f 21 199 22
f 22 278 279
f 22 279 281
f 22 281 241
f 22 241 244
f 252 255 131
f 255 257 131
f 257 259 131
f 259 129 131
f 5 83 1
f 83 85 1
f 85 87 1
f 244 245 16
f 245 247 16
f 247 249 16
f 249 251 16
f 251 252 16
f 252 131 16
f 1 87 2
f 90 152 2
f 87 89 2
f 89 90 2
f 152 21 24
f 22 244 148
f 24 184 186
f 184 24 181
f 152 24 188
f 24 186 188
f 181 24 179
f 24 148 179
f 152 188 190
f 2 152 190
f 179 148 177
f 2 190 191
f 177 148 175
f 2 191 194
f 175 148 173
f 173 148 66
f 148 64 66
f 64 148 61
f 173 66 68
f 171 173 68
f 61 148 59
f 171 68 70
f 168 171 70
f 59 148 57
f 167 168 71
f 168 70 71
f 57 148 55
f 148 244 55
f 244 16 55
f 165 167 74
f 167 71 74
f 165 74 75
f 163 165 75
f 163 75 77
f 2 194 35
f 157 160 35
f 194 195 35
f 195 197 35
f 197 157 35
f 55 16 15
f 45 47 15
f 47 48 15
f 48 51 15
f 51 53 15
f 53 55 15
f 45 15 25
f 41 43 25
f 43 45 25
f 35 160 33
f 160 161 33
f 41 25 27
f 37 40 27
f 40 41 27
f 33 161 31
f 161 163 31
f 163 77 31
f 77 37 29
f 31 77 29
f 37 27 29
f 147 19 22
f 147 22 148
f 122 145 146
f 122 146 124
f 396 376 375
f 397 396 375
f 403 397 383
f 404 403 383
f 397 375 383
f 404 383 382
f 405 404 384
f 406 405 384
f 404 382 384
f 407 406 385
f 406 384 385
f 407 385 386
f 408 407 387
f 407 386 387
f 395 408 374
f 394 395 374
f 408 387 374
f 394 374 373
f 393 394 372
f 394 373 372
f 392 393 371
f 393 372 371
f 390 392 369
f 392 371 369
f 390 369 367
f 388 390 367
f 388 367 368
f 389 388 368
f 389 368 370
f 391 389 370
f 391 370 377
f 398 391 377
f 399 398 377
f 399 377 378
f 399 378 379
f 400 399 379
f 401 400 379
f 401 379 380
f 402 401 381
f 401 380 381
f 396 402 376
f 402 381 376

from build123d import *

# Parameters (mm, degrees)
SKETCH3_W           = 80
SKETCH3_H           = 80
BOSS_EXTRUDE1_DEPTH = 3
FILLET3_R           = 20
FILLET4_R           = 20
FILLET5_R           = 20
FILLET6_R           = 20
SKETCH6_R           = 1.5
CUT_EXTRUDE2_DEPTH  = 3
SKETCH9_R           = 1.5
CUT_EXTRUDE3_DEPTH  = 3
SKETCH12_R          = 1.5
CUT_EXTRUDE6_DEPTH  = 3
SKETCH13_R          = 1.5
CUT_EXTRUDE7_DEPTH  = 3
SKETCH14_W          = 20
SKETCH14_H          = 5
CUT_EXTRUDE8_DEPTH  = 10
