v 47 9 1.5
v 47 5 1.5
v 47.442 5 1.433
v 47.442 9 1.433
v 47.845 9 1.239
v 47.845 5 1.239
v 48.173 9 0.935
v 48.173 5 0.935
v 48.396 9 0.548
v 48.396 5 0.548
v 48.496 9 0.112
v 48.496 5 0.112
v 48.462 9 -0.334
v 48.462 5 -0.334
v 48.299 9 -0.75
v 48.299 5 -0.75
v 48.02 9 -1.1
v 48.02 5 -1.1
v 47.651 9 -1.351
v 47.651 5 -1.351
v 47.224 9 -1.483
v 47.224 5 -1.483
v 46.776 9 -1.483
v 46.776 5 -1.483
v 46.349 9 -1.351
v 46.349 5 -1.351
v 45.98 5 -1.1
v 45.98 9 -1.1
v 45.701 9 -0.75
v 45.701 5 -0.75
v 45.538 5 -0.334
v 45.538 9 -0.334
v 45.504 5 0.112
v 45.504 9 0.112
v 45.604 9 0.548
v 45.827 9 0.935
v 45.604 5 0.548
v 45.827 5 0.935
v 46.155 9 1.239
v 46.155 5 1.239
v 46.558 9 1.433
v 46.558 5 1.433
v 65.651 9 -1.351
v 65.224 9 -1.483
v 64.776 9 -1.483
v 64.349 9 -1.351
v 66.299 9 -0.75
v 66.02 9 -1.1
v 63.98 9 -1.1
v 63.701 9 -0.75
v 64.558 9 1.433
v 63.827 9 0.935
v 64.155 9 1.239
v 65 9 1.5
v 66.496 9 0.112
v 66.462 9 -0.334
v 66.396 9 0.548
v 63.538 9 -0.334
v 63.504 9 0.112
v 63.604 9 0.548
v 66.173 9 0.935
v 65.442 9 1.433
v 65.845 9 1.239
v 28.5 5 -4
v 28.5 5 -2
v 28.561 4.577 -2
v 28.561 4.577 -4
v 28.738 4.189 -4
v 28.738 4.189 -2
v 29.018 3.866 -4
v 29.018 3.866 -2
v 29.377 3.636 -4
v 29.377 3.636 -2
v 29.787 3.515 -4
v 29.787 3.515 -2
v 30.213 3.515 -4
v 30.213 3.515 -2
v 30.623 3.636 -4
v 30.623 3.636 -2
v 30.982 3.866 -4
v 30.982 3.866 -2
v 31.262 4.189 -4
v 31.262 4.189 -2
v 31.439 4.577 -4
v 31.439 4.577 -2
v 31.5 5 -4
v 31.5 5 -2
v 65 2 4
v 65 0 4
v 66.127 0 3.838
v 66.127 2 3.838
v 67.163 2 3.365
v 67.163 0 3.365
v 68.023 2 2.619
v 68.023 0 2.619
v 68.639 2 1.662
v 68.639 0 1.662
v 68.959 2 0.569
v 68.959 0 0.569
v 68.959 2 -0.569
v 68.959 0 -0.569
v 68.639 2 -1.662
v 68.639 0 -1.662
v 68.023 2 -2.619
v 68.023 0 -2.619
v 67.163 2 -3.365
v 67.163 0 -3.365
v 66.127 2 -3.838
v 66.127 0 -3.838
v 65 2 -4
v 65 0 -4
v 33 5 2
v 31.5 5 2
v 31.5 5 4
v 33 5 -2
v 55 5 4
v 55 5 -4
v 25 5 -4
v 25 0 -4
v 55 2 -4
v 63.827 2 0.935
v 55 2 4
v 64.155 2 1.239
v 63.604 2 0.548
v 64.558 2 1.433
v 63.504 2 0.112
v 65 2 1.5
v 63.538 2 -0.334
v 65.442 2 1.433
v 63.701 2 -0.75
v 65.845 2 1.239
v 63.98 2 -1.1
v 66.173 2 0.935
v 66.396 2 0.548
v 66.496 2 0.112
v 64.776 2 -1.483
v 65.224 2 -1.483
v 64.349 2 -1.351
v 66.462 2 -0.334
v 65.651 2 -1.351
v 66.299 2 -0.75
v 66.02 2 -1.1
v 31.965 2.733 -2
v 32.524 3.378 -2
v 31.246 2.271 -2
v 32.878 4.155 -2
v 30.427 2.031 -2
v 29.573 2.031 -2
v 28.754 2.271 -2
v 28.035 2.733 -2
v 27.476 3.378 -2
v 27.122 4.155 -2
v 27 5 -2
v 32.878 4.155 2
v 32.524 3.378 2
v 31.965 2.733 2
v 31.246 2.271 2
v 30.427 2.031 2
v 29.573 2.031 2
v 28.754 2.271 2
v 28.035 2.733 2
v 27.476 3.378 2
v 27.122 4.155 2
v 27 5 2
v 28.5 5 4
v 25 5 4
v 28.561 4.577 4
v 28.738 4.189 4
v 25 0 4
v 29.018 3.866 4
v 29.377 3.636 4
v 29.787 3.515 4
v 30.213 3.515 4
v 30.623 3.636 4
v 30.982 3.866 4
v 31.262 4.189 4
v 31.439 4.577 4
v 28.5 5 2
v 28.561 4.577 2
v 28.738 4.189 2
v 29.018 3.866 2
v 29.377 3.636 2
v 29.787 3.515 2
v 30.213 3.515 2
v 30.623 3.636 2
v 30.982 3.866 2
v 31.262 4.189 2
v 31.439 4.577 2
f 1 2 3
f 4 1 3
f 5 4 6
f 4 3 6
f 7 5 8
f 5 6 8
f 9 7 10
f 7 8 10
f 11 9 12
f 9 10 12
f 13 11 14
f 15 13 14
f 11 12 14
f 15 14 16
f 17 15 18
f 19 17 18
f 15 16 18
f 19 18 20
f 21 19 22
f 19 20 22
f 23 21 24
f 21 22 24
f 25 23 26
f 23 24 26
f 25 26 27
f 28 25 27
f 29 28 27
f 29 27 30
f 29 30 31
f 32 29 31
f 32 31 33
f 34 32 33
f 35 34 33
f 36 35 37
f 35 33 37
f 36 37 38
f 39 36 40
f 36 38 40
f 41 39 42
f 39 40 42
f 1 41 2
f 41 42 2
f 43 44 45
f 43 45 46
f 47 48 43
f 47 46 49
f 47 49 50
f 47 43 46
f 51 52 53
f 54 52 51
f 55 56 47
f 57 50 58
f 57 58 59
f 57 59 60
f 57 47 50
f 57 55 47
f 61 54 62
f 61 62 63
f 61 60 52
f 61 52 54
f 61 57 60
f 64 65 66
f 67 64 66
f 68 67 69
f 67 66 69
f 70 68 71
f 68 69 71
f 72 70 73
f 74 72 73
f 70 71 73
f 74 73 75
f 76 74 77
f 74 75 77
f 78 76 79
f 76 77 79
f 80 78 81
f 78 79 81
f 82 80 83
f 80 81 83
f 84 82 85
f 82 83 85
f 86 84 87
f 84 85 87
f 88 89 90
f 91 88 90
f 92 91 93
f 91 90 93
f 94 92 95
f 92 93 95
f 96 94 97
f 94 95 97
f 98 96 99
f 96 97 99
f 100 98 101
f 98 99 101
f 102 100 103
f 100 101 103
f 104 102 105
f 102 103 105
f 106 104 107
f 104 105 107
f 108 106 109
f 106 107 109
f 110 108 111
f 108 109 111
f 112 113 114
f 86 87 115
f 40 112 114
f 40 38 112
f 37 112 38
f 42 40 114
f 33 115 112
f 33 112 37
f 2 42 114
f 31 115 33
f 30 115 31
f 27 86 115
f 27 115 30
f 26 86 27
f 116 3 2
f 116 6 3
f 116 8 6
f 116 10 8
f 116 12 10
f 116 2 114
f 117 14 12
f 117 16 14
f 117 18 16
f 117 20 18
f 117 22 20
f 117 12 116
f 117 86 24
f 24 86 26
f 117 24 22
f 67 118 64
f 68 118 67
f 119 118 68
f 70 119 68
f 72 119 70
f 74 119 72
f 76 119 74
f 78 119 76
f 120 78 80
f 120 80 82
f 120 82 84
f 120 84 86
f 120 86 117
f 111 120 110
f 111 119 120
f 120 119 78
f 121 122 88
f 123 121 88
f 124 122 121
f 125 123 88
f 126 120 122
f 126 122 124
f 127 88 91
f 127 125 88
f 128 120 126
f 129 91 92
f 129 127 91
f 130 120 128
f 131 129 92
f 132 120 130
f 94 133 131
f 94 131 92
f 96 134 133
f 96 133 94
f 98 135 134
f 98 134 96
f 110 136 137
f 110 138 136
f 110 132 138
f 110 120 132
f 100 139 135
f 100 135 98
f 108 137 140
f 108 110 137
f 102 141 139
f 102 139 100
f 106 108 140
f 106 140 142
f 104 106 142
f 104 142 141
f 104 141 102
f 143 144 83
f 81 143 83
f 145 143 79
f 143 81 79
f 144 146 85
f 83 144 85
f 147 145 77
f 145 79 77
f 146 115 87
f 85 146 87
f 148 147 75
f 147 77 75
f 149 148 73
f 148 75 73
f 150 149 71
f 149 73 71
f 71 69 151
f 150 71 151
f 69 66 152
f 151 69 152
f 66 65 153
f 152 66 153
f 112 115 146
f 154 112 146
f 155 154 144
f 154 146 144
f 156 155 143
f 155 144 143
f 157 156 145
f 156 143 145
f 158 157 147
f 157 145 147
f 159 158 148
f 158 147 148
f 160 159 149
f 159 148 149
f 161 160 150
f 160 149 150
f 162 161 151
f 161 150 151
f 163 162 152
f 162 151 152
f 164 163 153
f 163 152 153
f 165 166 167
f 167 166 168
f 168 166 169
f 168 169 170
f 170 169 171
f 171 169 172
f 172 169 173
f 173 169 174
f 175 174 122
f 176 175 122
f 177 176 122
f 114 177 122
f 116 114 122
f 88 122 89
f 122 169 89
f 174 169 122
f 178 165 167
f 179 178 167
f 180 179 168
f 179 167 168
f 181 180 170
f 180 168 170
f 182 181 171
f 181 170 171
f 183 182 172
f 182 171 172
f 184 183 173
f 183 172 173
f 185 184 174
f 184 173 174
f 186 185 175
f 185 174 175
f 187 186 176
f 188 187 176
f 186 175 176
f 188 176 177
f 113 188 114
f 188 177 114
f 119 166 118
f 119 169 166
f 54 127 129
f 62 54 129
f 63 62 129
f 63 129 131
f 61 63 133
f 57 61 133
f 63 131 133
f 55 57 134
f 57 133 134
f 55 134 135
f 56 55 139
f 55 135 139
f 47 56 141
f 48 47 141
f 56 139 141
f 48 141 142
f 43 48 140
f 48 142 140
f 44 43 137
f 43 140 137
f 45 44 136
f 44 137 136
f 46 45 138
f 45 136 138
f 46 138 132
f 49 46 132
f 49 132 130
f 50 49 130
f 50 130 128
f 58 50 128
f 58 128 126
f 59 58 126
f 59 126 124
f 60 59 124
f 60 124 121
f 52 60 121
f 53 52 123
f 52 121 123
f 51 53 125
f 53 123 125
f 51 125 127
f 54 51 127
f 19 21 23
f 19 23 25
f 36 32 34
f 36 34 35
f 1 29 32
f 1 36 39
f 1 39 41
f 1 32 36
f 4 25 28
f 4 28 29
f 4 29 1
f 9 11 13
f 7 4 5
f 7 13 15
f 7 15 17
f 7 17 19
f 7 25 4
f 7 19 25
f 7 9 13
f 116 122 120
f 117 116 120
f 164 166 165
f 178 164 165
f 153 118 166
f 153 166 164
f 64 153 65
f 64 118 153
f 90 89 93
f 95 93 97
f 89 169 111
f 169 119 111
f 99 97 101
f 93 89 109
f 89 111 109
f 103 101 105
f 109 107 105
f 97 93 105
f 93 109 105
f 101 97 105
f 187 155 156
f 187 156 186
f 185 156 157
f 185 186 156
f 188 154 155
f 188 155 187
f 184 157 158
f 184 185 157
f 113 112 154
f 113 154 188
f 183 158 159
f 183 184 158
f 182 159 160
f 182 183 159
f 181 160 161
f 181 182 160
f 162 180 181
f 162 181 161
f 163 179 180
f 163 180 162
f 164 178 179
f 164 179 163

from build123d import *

# Parameters (mm, degrees)
BOSS_EXTRUDE2_DEPTH     = 2
SKETCH3_W               = 30
SKETCH3_H               = 8
BOSS_EXTRUDE3_DEPTH     = 3
SKETCH4_R               = 1.5
BOSS_EXTRUDE4_DEPTH     = 7
SKETCH12_R              = 1.5
BOSS_EXTRUDE6_DEPTH     = 4
CUT_EXTRUDE1_DEPTH      = 71.042844031
CUT_EXTRUDE2_DEPTH      = 2
CUT_EXTRUDE2_DEPTH_BACK = 2


with BuildPart() as part:
    # Sketch1 → Boss-Extrude2 (new body)
    with BuildSketch(Plane(origin=(0, 0, 0), x_dir=(1, 0, 0), z_dir=(0, 1, 0))):
        with BuildLine():
            Line((25, -4), (65, -4))
            ThreePointArc((65, -4), (69, 0), (65, 4))
            Line((65, 4), (25, 4))
            Line((25, 4), (25, -4))
        make_face()
    extrude(amount=BOSS_EXTRUDE2_DEPTH)

    # Sketch3 → Boss-Extrude3 (add)
    with BuildSketch(Plane(origin=(0, 2, 0), x_dir=(1, 0, 0), z_dir=(0, 1, 0))):
        with Locations((40, 0)):
            Rectangle(SKETCH3_W, SKETCH3_H)
    extrude(amount=BOSS_EXTRUDE3_DEPTH)

    # Sketch4 → Boss-Extrude4 (add)
    with BuildSketch(Plane(origin=(0, 2, 0), x_dir=(1, 0, 0), z_dir=(0, 1, 0))):
        with Locations(Location((65, 0, 0), (0, 0, 270))):
            Circle(SKETCH4_R)
    extrude(amount=BOSS_EXTRUDE4_DEPTH)

    # Sketch12 → Boss-Extrude6 (add)
    with BuildSketch(Plane(origin=(0, 5, 0), x_dir=(1, 0, 0), z_dir=(0, 1, 0))):
        with Locations(Location((47, 0, 0), (0, 0, 270))):
            Circle(SKETCH12_R)
    extrude(amount=BOSS_EXTRUDE6_DEPTH)

    # Sketch13 → Cut-Extrude1 (cut, through all)
    with BuildSketch(Plane.XY.offset(4)):
        with BuildLine():
            Line((31.5, 5), (28.5, 5))
            ThreePointArc((28.5, 5), (30, 3.5), (31.5, 5))
        make_face()
    extrude(amount=-CUT_EXTRUDE1_DEPTH, mode=Mode.SUBTRACT)

    # Sketch14 → Cut-Extrude2 (cut, two sides: drawn at the far end of the back side and taken through both)
    with BuildSketch(Plane.XY.offset(-CUT_EXTRUDE2_DEPTH_BACK)):
        with BuildLine():
            Line((27, 5), (33, 5))
            ThreePointArc((33, 5), (30, 2), (27, 5))
        make_face()
    extrude(amount=CUT_EXTRUDE2_DEPTH + CUT_EXTRUDE2_DEPTH_BACK, mode=Mode.SUBTRACT)


solid = part.part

§

EXERCISE PROMPT: Go through the data above from its first line and copy each line exactly, stopping once the line with "f 168 171 70" has been copied.

TASK OUTPUT:
f 21 199 22
f 22 278 279
f 22 279 281
f 22 281 241
f 22 241 244
f 252 255 131
f 255 257 131
f 257 259 131
f 259 129 131
f 5 83 1
f 83 85 1
f 85 87 1
f 244 245 16
f 245 247 16
f 247 249 16
f 249 251 16
f 251 252 16
f 252 131 16
f 1 87 2
f 90 152 2
f 87 89 2
f 89 90 2
f 152 21 24
f 22 244 148
f 24 184 186
f 184 24 181
f 152 24 188
f 24 186 188
f 181 24 179
f 24 148 179
f 152 188 190
f 2 152 190
f 179 148 177
f 2 190 191
f 177 148 175
f 2 191 194
f 175 148 173
f 173 148 66
f 148 64 66
f 64 148 61
f 173 66 68
f 171 173 68
f 61 148 59
f 171 68 70
f 168 171 70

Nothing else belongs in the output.